Principais Lições do Caso Grupo Mateus
| Falha Identificada | Consequência | Ação Recomendada |
|---|---|---|
| Custo médio incorreto | Estoque superavaliado | ERPs robustos e integrados |
| Inventário físico esporádico | Divergência físico x contábil | Inventários mensais ou contínuos |
| Falta de rastreabilidade | Perdas e furtos ocultos | Monitoramento e reconciliação |
| Complexidade tributária ignorada | Erros em ICMS e PIS/COFINS | Integração fiscal e contábil |
| Alertas de auditoria esquecidos | Distorções acumuladas | Governança ativa |
Boas Práticas para um Controle de Estoque Confiável
• inventários regulares, preferencialmente mensais
• sistemas integrados entre contábil, fiscal e operacional
• conciliações periódicas entre estoque físico e contábil
• políticas de prevenção de perdas bem estruturadas
• acompanhamento contínuo das recomendações de auditoria
O Estoque Como Protagonista do Resultado
O caso do Grupo Mateus deixou claro que o controle de estoque não é apenas uma atividade operacional, ele impacta diretamente o CPV, o lucro bruto, o patrimônio líquido e até mesmo a credibilidade financeira de uma empresa. Quando uma organização cresce rapidamente, os riscos aumentam e a necessidade de controles adequados se torna ainda mais essencial.

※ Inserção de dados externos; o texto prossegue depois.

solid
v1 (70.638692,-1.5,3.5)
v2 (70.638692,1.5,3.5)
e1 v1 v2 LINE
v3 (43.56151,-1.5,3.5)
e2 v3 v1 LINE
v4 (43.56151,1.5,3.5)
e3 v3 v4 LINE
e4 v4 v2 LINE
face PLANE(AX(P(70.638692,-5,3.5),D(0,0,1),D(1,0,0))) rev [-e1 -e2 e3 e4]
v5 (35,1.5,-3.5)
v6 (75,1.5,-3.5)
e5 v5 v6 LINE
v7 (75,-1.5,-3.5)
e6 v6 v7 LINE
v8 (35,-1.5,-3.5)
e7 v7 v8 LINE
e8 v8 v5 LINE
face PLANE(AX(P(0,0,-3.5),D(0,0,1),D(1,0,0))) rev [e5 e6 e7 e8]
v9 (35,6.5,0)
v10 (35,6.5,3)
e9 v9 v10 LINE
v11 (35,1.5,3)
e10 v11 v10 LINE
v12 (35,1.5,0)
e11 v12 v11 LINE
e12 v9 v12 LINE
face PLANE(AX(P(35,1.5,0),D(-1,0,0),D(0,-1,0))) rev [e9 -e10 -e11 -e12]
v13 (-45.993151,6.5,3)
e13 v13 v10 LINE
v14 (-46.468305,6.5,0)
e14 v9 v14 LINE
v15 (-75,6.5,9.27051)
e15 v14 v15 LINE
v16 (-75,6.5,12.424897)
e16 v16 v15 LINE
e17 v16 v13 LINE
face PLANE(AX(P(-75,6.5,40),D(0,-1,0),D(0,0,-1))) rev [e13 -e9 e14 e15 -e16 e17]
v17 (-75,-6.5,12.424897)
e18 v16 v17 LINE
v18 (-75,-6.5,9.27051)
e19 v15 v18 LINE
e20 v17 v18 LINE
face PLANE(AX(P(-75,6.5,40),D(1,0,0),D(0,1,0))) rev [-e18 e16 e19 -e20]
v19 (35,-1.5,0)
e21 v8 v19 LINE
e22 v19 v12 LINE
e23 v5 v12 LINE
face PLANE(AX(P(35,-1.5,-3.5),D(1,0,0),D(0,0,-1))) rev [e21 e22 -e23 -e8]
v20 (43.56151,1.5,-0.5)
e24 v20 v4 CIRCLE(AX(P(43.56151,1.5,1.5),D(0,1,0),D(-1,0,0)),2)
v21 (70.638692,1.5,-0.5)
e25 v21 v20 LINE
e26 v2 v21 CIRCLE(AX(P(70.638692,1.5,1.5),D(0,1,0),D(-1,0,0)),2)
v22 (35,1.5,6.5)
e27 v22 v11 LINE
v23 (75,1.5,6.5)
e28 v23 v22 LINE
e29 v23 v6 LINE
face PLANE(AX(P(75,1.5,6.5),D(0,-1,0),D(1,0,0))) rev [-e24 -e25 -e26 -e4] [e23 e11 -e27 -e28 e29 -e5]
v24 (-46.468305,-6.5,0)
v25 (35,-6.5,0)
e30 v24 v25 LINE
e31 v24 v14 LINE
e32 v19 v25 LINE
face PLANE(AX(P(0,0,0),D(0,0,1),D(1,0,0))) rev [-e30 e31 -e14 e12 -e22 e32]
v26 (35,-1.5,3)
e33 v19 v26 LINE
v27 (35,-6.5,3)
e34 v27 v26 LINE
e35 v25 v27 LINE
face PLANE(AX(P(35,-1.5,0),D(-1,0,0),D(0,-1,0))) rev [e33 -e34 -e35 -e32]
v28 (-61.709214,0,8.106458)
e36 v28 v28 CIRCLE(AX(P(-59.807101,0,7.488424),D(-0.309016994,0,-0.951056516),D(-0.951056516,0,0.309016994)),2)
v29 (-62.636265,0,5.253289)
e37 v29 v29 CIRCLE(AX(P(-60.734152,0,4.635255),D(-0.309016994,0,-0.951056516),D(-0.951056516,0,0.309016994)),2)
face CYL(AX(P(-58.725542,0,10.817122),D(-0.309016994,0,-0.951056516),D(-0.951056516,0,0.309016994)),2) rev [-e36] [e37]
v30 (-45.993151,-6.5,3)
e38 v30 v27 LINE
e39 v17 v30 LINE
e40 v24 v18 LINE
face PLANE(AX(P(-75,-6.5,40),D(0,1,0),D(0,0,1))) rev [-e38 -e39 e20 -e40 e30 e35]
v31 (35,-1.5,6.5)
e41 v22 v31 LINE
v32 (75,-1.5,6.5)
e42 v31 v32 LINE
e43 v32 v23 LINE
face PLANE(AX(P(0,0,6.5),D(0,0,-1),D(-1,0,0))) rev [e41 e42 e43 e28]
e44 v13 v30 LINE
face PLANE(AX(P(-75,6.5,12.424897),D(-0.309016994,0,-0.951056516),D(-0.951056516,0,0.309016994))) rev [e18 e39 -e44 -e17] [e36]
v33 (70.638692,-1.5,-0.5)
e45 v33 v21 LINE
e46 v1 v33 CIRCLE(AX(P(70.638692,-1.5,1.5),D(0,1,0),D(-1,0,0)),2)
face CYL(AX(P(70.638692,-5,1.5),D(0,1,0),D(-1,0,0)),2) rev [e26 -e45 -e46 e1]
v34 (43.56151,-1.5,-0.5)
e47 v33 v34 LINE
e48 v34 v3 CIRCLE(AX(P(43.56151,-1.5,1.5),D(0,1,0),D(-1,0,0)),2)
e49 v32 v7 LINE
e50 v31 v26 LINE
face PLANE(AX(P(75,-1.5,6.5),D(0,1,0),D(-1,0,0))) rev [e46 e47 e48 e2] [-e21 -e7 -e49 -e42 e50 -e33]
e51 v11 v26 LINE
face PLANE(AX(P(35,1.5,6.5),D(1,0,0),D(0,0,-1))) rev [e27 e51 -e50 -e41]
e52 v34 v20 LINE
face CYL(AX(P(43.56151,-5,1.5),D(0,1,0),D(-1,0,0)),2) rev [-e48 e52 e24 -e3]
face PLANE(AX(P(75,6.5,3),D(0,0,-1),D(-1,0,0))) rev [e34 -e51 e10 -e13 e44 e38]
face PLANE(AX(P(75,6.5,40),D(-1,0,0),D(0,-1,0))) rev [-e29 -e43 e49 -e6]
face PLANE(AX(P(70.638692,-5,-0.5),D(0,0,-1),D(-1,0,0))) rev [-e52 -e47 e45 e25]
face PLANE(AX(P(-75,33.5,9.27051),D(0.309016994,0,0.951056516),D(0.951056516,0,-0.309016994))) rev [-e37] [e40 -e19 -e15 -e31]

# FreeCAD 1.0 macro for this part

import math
import FreeCAD as App
import Part
import Sketcher
Q = App.Units.Quantity

doc = App.newDocument("Part")
body = doc.addObject("PartDesign::Body", "Body")

# Sketch on XY plane
sketch1 = body.newObject("Sketcher::SketchObject", "Sketch")
sketch1.AttachmentSupport = (doc.getObject("XY_Plane"), [""])
sketch1.MapMode = "FlatFace"
sketch1.addGeometry(Part.LineSegment(App.Vector(-75, 6, 0), App.Vector(-75, -6, 0)), False)
sketch1.addGeometry(Part.LineSegment(App.Vector(-75, -6, 0), App.Vector(75, -6, 0)), False)
sketch1.addGeometry(Part.LineSegment(App.Vector(75, -6, 0), App.Vector(75, 6, 0)), False)
sketch1.addGeometry(Part.LineSegment(App.Vector(75, 6, 0), App.Vector(-75, 6, 0)), False)
sketch1.addConstraint(Sketcher.Constraint("Coincident", 0, 2, 1, 1))
sketch1.addConstraint(Sketcher.Constraint("Coincident", 1, 2, 2, 1))
sketch1.addConstraint(Sketcher.Constraint("Coincident", 2, 2, 3, 1))
sketch1.addConstraint(Sketcher.Constraint("Coincident", 3, 2, 0, 1))
sketch1.addConstraint(Sketcher.Constraint("Vertical", 0))
sketch1.addConstraint(Sketcher.Constraint("Horizontal", 1))
sketch1.addConstraint(Sketcher.Constraint("Vertical", 2))
sketch1.addConstraint(Sketcher.Constraint("Horizontal", 3))
sketch1.addConstraint(Sketcher.Constraint("Symmetric", 0, 2, 2, 2, -1, 1))
sketch1.addConstraint(Sketcher.Constraint("DistanceX", 1, 1, 1, 2, 150.0))
sketch1.addConstraint(Sketcher.Constraint("DistanceY", 0, 2, 0, 1, 13.0))
pad1 = body.newObject("PartDesign::Pad", "Pad")
pad1.Profile = sketch1
pad1.Length = 40

# Sketch on XZ plane
sketch2 = body.newObject("Sketcher::SketchObject", "Sketch001")
sketch2.AttachmentSupport = (doc.getObject("XZ_Plane"), [""])
sketch2.MapMode = "FlatFace"
sketch2.AttachmentOffset = App.Placement(App.Vector(0, 0, 6.5), App.Rotation())
sketch2.addGeometry(Part.LineSegment(App.Vector(-46, 0, 0), App.Vector(-75, 9, 0)), False)
sketch2.addGeometry(Part.LineSegment(App.Vector(-75, 9, 0), App.Vector(-75, 0, 0)), False)
sketch2.addGeometry(Part.LineSegment(App.Vector(-75, 0, 0), App.Vector(-46, 0, 0)), False)
sketch2.addConstraint(Sketcher.Constraint("Coincident", 0, 2, 1, 1))
sketch2.addConstraint(Sketcher.Constraint("Coincident", 1, 2, 2, 1))
sketch2.addConstraint(Sketcher.Constraint("Coincident", 2, 2, 0, 1))
sketch2.addConstraint(Sketcher.Constraint("Vertical", 1))
sketch2.addConstraint(Sketcher.Constraint("Horizontal", 2))
sketch2.addConstraint(Sketcher.Constraint("PointOnObject", 1, 2, -1))
sketch2.addConstraint(Sketcher.Constraint("Angle", 0, Q("162 deg")))
sketch2.addConstraint(Sketcher.Constraint("Distance", 0, 30.0))
sketch2.addConstraint(Sketcher.Constraint("DistanceX", 0, 2, -1, 1, 75.0))
pocket1 = body.newObject("PartDesign::Pocket", "Pocket")
pocket1.Profile = sketch2
pocket1.Length = 40

# Sketch on XZ plane
sketch3 = body.newObject("Sketcher::SketchObject", "Sketch002")
sketch3.AttachmentSupport = (doc.getObject("XZ_Plane"), [""])
sketch3.MapMode = "FlatFace"
sketch3.AttachmentOffset = App.Placement(App.Vector(0, 0, 6.5), App.Rotation())
sketch3.addGeometry(Part.LineSegment(App.Vector(-75, 12, 0), App.Vector(-46, 3, 0)), False)
sketch3.addGeometry(Part.LineSegment(App.Vector(-46, 3, 0), App.Vector(75, 3, 0)), False)
sketch3.addGeometry(Part.LineSegment(App.Vector(75, 3, 0), App.Vector(75, 40, 0)), False)
sketch3.addGeometry(Part.LineSegment(App.Vector(75, 40, 0), App.Vector(-75, 40, 0)), False)
sketch3.addGeometry(Part.LineSegment(App.Vector(-75, 40, 0), App.Vector(-75, 12, 0)), False)
sketch3.addConstraint(Sketcher.Constraint("Coincident", 0, 2, 1, 1))
sketch3.addConstraint(Sketcher.Constraint("Coincident", 1, 2, 2, 1))
sketch3.addConstraint(Sketcher.Constraint("Coincident", 2, 2, 3, 1))
sketch3.addConstraint(Sketcher.Constraint("Coincident", 3, 2, 4, 1))
sketch3.addConstraint(Sketcher.Constraint("Coincident", 4, 2, 0, 1))
sketch3.addConstraint(Sketcher.Constraint("Horizontal", 1))
sketch3.addConstraint(Sketcher.Constraint("Vertical", 2))
sketch3.addConstraint(Sketcher.Constraint("Horizontal", 3))
sketch3.addConstraint(Sketcher.Constraint("Vertical", 4))
sketch3.addConstraint(Sketcher.Constraint("DistanceX", 3, 2, 3, 1, 150.0))
sketch3.addConstraint(Sketcher.Constraint("DistanceY", 2, 1, 2, 2, 37.0))
sketch3.addConstraint(Sketcher.Constraint("Angle", 0, Q("-18 deg")))
sketch3.addConstraint(Sketcher.Constraint("DistanceY", -1, 1, 0, 2, 3.0))
sketch3.addConstraint(Sketcher.Constraint("DistanceX", -1, 1, 1, 2, 75.0))
sketch3.addConstraint(Sketcher.Constraint("DistanceX", 1, 1, 1, 2, 120.993151))
pocket2 = body.newObject("PartDesign::Pocket", "Pocket001")
pocket2.Profile = sketch3
pocket2.Type = "ThroughAll"

# Sketch on XY plane
sketch4 = body.newObject("Sketcher::SketchObject", "Sketch003")
sketch4.AttachmentSupport = (doc.getObject("XY_Plane"), [""])
sketch4.MapMode = "FlatFace"
sketch4.addGeometry(Part.LineSegment(App.Vector(35, 1.5, 0), App.Vector(35, -1.5, 0)), False)
sketch4.addGeometry(Part.LineSegment(App.Vector(35, -1.5, 0), App.Vector(75, -1.5, 0)), False)
sketch4.addGeometry(Part.LineSegment(App.Vector(75, -1.5, 0), App.Vector(75, 1.5, 0)), False)
sketch4.addGeometry(Part.LineSegment(App.Vector(75, 1.5, 0), App.Vector(35, 1.5, 0)), False)
sketch4.addConstraint(Sketcher.Constraint("Coincident", 0, 2, 1, 1))
sketch4.addConstraint(Sketcher.Constraint("Coincident", 1, 2, 2, 1))
sketch4.addConstraint(Sketcher.Constraint("Coincident", 2, 2, 3, 1))
sketch4.addConstraint(Sketcher.Constraint("Coincident", 3, 2, 0, 1))
sketch4.addConstraint(Sketcher.Constraint("Vertical", 0))
sketch4.addConstraint(Sketcher.Constraint("Horizontal", 1))
sketch4.addConstraint(Sketcher.Constraint("Vertical", 2))
sketch4.addConstraint(Sketcher.Constraint("Horizontal", 3))
sketch4.addConstraint(Sketcher.Constraint("DistanceX", 1, 1, 1, 2, 40.0))
sketch4.addConstraint(Sketcher.Constraint("DistanceY", 0, 2, 0, 1, 3.0))
sketch4.addConstraint(Sketcher.Constraint("DistanceX", -1, 1, 0, 2, 35.0))
sketch4.addConstraint(Sketcher.Constraint("DistanceY", 0, 2, -1, 1, 1.5))
pad2 = body.newObject("PartDesign::Pad", "Pad001")
pad2.Profile = sketch4
pad2.Length = 6.5

# Sketch on XY plane
sketch5 = body.newObject("Sketcher::SketchObject", "Sketch004")
sketch5.AttachmentSupport = (doc.getObject("XY_Plane"), [""])
sketch5.MapMode = "FlatFace"
sketch5.AttachmentOffset = App.Placement(App.Vector(0, 0, 3), App.Rotation())
sketch5.addGeometry(Part.LineSegment(App.Vector(35, -2, 0), App.Vector(35, -6, 0)), False)
sketch5.addGeometry(Part.LineSegment(App.Vector(35, -6, 0), App.Vector(75, -6, 0)), False)
sketch5.addGeometry(Part.LineSegment(App.Vector(75, -6, 0), App.Vector(75, -2, 0)), False)
sketch5.addGeometry(Part.LineSegment(App.Vector(75, -2, 0), App.Vector(35, -2, 0)), False)
sketch5.addGeometry(Part.LineSegment(App.Vector(35, 6, 0), App.Vector(35, 2, 0)), False)
sketch5.addGeometry(Part.LineSegment(App.Vector(35, 2, 0), App.Vector(75, 2, 0)), False)
sketch5.addGeometry(Part.LineSegment(App.Vector(75, 2, 0), App.Vector(75, 6, 0)), False)
sketch5.addGeometry(Part.LineSegment(App.Vector(75, 6, 0), App.Vector(35, 6, 0)), False)
sketch5.addConstraint(Sketcher.Constraint("Coincident", 0, 2, 1, 1))
sketch5.addConstraint(Sketcher.Constraint("Coincident", 1, 2, 2, 1))
sketch5.addConstraint(Sketcher.Constraint("Coincident", 2, 2, 3, 1))
sketch5.addConstraint(Sketcher.Constraint("Coincident", 3, 2, 0, 1))
sketch5.addConstraint(Sketcher.Constraint("Coincident", 4, 2, 5, 1))
sketch5.addConstraint(Sketcher.Constraint("Coincident", 5, 2, 6, 1))
sketch5.addConstraint(Sketcher.Constraint("Coincident", 6, 2, 7, 1))
sketch5.addConstraint(Sketcher.Constraint("Coincident", 7, 2, 4, 1))
sketch5.addConstraint(Sketcher.Constraint("Vertical", 0))
sketch5.addConstraint(Sketcher.Constraint("Horizontal", 1))
sketch5.addConstraint(Sketcher.Constraint("Vertical", 2))
sketch5.addConstraint(Sketcher.Constraint("Horizontal", 3))
sketch5.addConstraint(Sketcher.Constraint("Vertical", 4))
sketch5.addConstraint(Sketcher.Constraint("Horizontal", 5))
sketch5.addConstraint(Sketcher.Constraint("Vertical", 6))
sketch5.addConstraint(Sketcher.Constraint("Horizontal", 7))
sketch5.addConstraint(Sketcher.Constraint("Symmetric", 3, 2, 4, 2, -1))
sketch5.addConstraint(Sketcher.Constraint("Symmetric", 1, 2, 6, 2, -1))
sketch5.addConstraint(Sketcher.Constraint("DistanceX", 1, 1, 1, 2, 40.0))
sketch5.addConstraint(Sketcher.Constraint("DistanceY", 0, 2, 0, 1, 5.0))
sketch5.addConstraint(Sketcher.Constraint("DistanceX", -1, 1, 0, 2, 35.0))
sketch5.addConstraint(Sketcher.Constraint("DistanceY", 3, 2, 4, 2, 3.0))
pocket3 = body.newObject("PartDesign::Pocket", "Pocket002")
pocket3.Profile = sketch5
pocket3.Type = "ThroughAll"
pocket3.Midplane = True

Mas, além dos números, há outro aprendizado importante.
É inegável que o Grupo Mateus é um fenômeno no Nordeste, antes das críticas, é importante lembrar que tudo o que está acontecendo agora é comum em empresas com forte DNA empreendedor e foco agressivo em crescimento.
Quando o ritmo de expansão é muito rápido, é natural que, em alguns momentos, o crescimento avance mais rápido que os controles internos, o que o Grupo Mateus está fazendo agora é justamente “arrumar a casa”, um processo totalmente normal em grandes organizações que escalam em alta velocidade.
A grande lição que fica é a capacidade de reagir rápido, poderiam ter feito esses ajustes em 2021, sim, mas cada empresa tem seu momento de maturidade, e os decisores provavelmente entenderam que agora era o ponto ideal para enfrentar essa revisão de forma mais sólida e estruturada.
Crescer é desafiador, crescer rápido é ainda mais, e corrigir rotas faz parte da jornada de qualquer empresa que deseja continuar evoluindo.
O caso reforça que controles internos não travam o crescimento, eles sustentam o crescimento, e que revisar processos não é sinal de fraqueza, mas de profissionalismo.